### ASSIGNMENT
Beneath this line are the data; copy exactly the part of them that opens with the line containing "#225=EDGE_LOOP('',(#224));" and closes with the line containing "#234=FACE_BOUND('',#233,.T.);", and only that part.

### GIVEN RECORDS
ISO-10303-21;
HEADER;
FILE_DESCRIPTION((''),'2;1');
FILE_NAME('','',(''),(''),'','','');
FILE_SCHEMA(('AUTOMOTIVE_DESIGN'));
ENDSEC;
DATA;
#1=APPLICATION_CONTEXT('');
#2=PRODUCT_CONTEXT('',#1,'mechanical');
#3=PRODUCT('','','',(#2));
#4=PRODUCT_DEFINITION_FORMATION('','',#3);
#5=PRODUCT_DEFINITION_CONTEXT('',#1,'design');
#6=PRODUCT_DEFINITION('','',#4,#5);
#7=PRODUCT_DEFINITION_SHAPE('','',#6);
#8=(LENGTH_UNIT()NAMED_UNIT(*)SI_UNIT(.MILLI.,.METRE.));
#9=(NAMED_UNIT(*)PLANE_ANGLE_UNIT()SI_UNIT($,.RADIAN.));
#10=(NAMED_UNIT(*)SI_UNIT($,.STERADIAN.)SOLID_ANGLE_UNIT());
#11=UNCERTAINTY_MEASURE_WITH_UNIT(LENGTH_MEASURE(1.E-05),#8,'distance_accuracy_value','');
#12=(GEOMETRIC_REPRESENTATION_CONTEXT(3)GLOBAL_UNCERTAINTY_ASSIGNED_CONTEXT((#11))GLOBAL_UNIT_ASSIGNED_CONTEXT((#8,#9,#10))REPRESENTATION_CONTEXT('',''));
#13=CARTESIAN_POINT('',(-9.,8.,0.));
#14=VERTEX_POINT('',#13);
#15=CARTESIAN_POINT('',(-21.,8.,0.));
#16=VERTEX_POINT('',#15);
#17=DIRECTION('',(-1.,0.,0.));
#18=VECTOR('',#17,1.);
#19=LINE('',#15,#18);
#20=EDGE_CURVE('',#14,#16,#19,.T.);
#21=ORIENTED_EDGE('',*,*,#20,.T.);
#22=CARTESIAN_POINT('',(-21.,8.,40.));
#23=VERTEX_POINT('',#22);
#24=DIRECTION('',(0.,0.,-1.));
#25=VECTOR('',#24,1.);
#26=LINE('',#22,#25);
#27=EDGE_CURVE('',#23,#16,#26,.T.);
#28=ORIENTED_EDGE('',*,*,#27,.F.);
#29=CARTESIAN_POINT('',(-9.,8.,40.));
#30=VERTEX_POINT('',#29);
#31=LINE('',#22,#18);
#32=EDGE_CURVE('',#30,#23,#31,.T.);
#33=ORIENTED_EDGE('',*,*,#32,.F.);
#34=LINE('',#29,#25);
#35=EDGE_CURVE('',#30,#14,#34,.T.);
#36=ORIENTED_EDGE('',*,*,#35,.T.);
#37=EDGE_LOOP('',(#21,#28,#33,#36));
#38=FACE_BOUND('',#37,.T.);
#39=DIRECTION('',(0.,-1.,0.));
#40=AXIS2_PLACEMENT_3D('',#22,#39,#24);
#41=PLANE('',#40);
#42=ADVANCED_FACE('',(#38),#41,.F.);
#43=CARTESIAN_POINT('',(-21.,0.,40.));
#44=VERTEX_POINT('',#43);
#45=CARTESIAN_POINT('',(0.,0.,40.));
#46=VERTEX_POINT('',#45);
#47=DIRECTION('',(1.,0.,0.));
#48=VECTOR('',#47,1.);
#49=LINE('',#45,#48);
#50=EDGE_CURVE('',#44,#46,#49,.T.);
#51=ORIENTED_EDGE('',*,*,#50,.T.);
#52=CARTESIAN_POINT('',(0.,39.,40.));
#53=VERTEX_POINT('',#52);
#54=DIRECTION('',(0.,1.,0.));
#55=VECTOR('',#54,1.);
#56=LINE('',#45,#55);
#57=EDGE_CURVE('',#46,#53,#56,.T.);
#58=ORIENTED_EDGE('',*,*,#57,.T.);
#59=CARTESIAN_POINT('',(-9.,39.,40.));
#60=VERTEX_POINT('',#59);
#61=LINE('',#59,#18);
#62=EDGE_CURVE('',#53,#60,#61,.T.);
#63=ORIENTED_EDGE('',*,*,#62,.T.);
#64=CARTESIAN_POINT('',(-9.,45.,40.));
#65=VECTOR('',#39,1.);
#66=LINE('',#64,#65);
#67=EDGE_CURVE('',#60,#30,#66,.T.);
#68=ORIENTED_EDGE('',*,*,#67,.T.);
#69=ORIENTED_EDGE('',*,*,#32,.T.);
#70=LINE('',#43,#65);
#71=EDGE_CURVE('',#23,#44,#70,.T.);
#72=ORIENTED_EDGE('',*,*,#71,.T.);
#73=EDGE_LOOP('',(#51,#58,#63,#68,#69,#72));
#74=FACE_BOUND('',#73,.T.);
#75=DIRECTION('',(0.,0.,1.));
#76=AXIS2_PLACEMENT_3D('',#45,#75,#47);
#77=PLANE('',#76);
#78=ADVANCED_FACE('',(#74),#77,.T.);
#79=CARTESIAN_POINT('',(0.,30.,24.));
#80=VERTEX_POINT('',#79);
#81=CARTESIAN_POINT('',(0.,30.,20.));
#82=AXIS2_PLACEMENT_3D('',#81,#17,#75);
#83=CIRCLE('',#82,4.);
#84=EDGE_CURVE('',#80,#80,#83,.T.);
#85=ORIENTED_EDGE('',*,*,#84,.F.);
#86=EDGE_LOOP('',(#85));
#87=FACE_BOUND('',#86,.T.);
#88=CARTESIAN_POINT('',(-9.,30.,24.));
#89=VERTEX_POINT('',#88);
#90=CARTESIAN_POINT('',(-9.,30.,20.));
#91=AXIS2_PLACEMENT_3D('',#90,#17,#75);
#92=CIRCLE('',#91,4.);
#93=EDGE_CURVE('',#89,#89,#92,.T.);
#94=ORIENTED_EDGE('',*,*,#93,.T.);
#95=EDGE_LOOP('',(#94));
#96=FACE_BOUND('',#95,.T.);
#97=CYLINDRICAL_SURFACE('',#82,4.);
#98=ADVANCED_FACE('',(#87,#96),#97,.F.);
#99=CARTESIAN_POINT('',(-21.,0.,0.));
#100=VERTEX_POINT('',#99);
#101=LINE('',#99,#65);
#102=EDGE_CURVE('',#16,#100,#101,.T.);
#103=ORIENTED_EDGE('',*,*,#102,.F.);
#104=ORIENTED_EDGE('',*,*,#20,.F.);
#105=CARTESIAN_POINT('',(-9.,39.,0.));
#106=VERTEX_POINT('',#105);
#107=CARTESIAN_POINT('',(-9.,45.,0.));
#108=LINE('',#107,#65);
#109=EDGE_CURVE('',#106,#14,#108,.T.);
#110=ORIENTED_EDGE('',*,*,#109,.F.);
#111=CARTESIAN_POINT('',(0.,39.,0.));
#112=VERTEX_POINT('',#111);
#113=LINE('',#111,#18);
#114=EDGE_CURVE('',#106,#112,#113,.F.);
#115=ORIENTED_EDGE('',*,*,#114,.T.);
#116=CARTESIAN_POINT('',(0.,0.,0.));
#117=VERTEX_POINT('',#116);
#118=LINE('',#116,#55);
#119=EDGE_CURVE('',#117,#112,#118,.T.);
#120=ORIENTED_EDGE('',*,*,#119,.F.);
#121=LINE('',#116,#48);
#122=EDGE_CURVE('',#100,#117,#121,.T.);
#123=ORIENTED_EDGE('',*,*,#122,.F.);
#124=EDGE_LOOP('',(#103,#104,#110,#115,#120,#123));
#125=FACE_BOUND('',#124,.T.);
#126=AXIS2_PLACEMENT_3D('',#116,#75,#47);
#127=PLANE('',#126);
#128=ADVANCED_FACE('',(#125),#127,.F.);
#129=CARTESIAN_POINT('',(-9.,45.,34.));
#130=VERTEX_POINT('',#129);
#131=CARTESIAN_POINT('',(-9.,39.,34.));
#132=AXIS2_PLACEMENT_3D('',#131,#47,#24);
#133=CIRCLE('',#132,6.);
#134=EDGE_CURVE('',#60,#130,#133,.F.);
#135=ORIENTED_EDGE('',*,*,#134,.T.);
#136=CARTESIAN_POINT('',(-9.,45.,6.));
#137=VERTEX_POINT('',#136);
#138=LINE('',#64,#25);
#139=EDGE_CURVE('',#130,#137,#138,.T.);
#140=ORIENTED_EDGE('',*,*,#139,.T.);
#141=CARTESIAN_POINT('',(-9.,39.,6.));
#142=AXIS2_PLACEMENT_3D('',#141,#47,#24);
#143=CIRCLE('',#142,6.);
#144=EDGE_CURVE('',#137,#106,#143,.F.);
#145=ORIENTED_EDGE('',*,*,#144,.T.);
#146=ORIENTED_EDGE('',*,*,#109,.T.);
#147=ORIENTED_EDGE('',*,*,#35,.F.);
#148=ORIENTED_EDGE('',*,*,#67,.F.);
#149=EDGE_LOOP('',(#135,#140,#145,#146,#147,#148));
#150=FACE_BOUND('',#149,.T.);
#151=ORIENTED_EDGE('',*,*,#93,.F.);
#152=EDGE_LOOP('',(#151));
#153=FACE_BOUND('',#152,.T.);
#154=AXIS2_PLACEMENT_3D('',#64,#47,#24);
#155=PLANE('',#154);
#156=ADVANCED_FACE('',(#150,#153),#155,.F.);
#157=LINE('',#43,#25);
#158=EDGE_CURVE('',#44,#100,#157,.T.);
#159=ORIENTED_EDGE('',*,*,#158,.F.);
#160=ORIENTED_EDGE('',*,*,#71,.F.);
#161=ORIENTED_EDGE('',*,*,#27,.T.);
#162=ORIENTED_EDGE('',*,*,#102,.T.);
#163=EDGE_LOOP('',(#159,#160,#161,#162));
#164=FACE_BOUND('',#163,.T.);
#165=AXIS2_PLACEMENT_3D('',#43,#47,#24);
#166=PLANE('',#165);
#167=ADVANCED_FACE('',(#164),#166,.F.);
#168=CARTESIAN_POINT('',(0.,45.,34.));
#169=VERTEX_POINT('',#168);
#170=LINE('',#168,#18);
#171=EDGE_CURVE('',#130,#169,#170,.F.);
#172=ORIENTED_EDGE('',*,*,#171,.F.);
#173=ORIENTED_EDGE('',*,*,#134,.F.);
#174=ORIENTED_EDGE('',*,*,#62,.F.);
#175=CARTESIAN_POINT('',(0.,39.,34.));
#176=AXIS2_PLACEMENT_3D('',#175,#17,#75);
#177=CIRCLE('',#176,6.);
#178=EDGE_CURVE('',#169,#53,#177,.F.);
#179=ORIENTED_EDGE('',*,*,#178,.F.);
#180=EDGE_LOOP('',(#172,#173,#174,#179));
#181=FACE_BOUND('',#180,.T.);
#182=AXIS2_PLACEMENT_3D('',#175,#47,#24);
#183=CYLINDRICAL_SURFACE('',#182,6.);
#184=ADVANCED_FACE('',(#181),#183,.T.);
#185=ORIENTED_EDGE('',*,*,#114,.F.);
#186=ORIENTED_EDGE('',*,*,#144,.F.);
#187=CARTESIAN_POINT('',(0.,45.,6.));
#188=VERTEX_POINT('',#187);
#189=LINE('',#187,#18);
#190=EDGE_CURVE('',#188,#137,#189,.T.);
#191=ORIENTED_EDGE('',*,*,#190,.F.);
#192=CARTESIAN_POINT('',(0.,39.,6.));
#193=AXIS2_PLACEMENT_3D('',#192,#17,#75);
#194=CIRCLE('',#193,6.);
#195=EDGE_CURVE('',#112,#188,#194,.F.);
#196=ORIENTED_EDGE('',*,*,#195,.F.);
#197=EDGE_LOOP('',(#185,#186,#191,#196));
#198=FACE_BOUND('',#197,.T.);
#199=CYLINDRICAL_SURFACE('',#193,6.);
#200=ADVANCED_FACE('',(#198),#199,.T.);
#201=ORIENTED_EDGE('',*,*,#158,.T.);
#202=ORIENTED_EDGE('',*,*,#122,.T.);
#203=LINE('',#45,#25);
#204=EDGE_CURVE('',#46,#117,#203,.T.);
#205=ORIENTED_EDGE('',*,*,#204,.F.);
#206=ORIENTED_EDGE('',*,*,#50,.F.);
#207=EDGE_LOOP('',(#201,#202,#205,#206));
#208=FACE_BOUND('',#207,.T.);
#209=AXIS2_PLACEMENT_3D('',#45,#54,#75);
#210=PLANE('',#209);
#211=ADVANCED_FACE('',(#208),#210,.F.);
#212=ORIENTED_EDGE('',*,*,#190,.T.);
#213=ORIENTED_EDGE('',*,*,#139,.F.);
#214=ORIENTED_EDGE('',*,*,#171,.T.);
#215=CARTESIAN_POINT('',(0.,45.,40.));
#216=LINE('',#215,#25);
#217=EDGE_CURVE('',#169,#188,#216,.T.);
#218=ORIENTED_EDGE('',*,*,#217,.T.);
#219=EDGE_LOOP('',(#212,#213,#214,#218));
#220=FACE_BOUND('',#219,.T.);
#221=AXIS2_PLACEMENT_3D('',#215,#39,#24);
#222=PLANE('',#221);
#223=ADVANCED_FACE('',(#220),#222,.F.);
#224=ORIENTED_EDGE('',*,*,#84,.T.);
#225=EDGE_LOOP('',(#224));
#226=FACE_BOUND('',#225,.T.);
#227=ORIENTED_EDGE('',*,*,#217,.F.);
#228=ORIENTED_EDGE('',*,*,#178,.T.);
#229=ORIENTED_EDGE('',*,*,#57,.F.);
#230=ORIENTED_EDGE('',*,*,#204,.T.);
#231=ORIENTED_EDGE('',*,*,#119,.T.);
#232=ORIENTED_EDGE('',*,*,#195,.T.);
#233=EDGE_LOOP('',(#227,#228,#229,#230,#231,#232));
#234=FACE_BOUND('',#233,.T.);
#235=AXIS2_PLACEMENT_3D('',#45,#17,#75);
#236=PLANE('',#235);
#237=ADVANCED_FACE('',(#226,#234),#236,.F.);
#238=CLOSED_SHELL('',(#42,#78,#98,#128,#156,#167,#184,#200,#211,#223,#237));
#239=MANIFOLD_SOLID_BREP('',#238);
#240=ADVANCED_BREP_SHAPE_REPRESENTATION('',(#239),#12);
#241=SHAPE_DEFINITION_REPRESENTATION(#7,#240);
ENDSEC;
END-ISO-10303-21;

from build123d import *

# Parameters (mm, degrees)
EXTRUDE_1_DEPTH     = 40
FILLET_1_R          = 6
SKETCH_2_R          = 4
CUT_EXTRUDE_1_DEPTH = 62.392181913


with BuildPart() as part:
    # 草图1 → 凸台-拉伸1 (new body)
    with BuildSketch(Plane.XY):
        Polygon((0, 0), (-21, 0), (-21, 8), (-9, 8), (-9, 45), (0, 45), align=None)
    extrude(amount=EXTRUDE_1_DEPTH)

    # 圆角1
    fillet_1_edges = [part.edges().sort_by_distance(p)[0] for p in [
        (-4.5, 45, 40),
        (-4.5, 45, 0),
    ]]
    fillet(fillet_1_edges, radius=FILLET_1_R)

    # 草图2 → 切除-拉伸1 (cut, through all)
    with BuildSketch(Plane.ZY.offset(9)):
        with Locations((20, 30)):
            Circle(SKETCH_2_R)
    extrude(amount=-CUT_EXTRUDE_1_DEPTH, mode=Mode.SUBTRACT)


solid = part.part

--

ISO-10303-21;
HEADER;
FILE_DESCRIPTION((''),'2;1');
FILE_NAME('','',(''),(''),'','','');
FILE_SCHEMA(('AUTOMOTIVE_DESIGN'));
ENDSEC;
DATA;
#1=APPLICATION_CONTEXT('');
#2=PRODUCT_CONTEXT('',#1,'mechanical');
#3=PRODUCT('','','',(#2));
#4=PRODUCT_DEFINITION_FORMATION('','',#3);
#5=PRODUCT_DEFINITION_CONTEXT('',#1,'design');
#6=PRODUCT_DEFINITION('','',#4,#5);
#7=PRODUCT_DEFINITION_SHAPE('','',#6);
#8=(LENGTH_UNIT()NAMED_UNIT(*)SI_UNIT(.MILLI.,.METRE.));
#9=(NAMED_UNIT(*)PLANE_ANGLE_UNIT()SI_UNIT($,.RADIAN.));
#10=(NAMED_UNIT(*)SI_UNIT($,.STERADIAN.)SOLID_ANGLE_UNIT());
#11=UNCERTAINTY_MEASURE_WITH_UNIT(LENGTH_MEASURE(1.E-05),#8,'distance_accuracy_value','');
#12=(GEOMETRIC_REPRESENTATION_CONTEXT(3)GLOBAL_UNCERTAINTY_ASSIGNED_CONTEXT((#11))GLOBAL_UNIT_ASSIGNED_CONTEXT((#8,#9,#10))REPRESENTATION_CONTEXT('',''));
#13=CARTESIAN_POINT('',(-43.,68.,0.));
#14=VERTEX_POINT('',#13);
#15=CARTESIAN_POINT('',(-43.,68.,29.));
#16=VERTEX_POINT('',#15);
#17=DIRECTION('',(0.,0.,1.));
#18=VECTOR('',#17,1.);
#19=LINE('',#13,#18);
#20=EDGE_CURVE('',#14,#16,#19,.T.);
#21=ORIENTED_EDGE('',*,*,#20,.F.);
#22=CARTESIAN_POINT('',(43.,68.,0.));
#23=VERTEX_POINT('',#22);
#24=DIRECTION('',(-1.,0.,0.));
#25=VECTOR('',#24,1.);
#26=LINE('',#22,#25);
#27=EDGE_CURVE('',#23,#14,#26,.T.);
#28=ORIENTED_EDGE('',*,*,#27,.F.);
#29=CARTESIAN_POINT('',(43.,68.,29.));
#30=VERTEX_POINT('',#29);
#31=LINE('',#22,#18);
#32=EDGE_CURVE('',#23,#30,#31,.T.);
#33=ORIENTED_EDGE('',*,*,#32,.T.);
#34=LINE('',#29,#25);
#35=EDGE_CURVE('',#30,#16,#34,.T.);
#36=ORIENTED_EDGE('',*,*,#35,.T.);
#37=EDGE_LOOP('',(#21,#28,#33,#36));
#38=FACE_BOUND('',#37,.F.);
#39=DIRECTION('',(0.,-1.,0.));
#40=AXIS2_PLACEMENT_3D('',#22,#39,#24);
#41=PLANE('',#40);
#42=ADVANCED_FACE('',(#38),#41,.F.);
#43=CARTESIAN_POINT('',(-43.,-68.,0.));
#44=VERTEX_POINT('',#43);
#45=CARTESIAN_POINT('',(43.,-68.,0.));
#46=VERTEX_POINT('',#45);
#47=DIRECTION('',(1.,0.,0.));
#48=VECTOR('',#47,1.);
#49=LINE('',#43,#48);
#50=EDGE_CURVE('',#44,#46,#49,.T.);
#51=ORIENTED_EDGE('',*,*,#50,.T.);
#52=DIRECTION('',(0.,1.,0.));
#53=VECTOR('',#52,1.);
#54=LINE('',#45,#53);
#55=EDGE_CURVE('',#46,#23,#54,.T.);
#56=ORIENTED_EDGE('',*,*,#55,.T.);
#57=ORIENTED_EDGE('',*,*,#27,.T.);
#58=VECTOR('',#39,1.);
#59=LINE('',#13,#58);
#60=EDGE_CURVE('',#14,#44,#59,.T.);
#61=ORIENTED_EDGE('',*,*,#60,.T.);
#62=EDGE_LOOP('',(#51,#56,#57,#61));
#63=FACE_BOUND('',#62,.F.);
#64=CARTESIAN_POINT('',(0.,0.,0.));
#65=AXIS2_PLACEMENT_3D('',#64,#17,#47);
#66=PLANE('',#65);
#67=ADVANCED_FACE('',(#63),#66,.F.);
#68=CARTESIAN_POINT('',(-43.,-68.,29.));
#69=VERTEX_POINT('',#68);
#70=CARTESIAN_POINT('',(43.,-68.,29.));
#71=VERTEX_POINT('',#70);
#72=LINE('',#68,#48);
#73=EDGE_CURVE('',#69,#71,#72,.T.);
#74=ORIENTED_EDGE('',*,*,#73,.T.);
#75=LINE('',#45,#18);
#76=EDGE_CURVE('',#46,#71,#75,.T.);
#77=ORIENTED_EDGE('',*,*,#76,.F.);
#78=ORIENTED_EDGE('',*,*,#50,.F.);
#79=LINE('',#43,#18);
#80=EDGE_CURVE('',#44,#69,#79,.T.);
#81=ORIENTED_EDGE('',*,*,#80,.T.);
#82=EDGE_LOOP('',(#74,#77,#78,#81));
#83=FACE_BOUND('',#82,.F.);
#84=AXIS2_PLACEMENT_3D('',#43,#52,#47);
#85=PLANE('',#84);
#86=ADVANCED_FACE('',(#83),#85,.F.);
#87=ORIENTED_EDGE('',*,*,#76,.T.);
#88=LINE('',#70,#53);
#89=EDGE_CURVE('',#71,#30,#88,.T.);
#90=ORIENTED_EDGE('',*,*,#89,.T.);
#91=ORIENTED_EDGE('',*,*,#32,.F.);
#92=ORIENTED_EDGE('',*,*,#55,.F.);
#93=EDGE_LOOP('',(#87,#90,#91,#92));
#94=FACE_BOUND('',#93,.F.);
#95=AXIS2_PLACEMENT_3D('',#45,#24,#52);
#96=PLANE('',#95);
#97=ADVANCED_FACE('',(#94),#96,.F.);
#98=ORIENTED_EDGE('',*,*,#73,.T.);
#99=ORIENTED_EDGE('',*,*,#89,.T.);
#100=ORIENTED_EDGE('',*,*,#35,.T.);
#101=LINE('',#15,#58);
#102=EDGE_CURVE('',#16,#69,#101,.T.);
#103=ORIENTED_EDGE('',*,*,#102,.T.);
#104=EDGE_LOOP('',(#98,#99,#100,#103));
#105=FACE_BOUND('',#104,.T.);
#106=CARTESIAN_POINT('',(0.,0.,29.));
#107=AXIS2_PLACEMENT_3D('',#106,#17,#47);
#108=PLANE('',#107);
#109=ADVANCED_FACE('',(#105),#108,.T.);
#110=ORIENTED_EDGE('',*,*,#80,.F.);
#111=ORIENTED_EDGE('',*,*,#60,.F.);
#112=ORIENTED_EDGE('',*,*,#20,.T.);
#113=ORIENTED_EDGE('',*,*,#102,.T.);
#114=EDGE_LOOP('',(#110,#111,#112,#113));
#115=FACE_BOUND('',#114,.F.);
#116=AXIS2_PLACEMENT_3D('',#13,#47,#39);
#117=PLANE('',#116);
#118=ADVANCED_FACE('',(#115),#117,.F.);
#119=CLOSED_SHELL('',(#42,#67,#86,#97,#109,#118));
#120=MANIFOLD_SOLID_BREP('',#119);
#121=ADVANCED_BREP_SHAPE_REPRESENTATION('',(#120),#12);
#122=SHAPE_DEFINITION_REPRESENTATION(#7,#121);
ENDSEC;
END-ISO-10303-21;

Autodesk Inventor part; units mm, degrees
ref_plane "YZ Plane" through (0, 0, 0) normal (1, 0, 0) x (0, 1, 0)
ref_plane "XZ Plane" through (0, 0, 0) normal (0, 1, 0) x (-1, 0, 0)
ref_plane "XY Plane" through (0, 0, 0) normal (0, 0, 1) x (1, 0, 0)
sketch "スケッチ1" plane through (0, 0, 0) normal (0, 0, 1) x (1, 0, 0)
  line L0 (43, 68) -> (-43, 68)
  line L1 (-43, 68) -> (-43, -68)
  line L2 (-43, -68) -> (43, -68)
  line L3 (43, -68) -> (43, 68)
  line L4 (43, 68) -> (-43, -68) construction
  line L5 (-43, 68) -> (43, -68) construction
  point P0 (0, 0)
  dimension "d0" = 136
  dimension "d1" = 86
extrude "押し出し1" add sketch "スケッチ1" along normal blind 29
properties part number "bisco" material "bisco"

### ANSWER BOX
#225=EDGE_LOOP('',(#224));
#226=FACE_BOUND('',#225,.T.);
#227=ORIENTED_EDGE('',*,*,#217,.F.);
#228=ORIENTED_EDGE('',*,*,#178,.T.);
#229=ORIENTED_EDGE('',*,*,#57,.F.);
#230=ORIENTED_EDGE('',*,*,#204,.T.);
#231=ORIENTED_EDGE('',*,*,#119,.T.);
#232=ORIENTED_EDGE('',*,*,#195,.T.);
#233=EDGE_LOOP('',(#227,#228,#229,#230,#231,#232));
#234=FACE_BOUND('',#233,.T.);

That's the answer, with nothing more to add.